WHAT IS EXPECTED
Print the data exactly as it is given, please.
═════ RECORDS SHOWN
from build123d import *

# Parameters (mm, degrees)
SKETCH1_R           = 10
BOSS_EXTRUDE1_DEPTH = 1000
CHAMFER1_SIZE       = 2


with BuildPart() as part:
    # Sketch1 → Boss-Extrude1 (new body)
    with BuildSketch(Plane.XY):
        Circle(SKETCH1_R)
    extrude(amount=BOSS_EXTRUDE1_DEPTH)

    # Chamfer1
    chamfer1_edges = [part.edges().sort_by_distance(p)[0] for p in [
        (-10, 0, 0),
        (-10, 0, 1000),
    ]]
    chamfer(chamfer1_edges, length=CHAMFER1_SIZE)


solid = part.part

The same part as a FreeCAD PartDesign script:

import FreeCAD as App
import Part
import Sketcher
from FreeCAD import Vector
Q = App.Units.Quantity


def edges_at(feature, points):
    """Names of the edges that pass closest to the given points."""
    edges = feature.Shape.Edges
    near = lambda p: min(range(len(edges)), key=lambda i: edges[i].distToShape(Part.Vertex(*p))[0])
    return sorted({f"Edge{near(p) + 1}" for p in points})

doc = App.newDocument("Part")
body = doc.addObject("PartDesign::Body", "Body")

sketch1 = doc.addObject("Sketcher::SketchObject", "Sketch")
body.addObject(sketch1)
sketch1.AttachmentSupport = (doc.XY_Plane, [""])
sketch1.MapMode = "FlatFace"
sketch1.addGeometry(Part.Circle(Vector(0, 0, 0), Vector(0, 0, 1), 10), False)
sketch1.addConstraint(Sketcher.Constraint("Coincident", 0, 3, -1, 1))
sketch1.addConstraint(Sketcher.Constraint("Diameter", 0, Q("20 mm")))
pad1 = doc.addObject("PartDesign::Pad", "Pad")
body.addObject(pad1)
pad1.Profile = sketch1
pad1.Length = 1000
doc.recompute()

chamfer = doc.addObject("PartDesign::Chamfer", "Chamfer")
body.addObject(chamfer)
chamfer.Base = (pad1, edges_at(pad1, [(-10, 0, 0), (-10, 0, 1000)]))
chamfer.Size = 2

doc.recompute()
══════════
ANSWER BOX
from build123d import *

# Parameters (mm, degrees)
SKETCH1_R           = 10
BOSS_EXTRUDE1_DEPTH = 1000
CHAMFER1_SIZE       = 2


with BuildPart() as part:
    # Sketch1 → Boss-Extrude1 (new body)
    with BuildSketch(Plane.XY):
        Circle(SKETCH1_R)
    extrude(amount=BOSS_EXTRUDE1_DEPTH)

    # Chamfer1
    chamfer1_edges = [part.edges().sort_by_distance(p)[0] for p in [
        (-10, 0, 0),
        (-10, 0, 1000),
    ]]
    chamfer(chamfer1_edges, length=CHAMFER1_SIZE)


solid = part.part

The same part as a FreeCAD PartDesign script:

import FreeCAD as App
import Part
import Sketcher
from FreeCAD import Vector
Q = App.Units.Quantity


def edges_at(feature, points):
    """Names of the edges that pass closest to the given points."""
    edges = feature.Shape.Edges
    near = lambda p: min(range(len(edges)), key=lambda i: edges[i].distToShape(Part.Vertex(*p))[0])
    return sorted({f"Edge{near(p) + 1}" for p in points})

doc = App.newDocument("Part")
body = doc.addObject("PartDesign::Body", "Body")

sketch1 = doc.addObject("Sketcher::SketchObject", "Sketch")
body.addObject(sketch1)
sketch1.AttachmentSupport = (doc.XY_Plane, [""])
sketch1.MapMode = "FlatFace"
sketch1.addGeometry(Part.Circle(Vector(0, 0, 0), Vector(0, 0, 1), 10), False)
sketch1.addConstraint(Sketcher.Constraint("Coincident", 0, 3, -1, 1))
sketch1.addConstraint(Sketcher.Constraint("Diameter", 0, Q("20 mm")))
pad1 = doc.addObject("PartDesign::Pad", "Pad")
body.addObject(pad1)
pad1.Profile = sketch1
pad1.Length = 1000
doc.recompute()

chamfer = doc.addObject("PartDesign::Chamfer", "Chamfer")
body.addObject(chamfer)
chamfer.Base = (pad1, edges_at(pad1, [(-10, 0, 0), (-10, 0, 1000)]))
chamfer.Size = 2

doc.recompute()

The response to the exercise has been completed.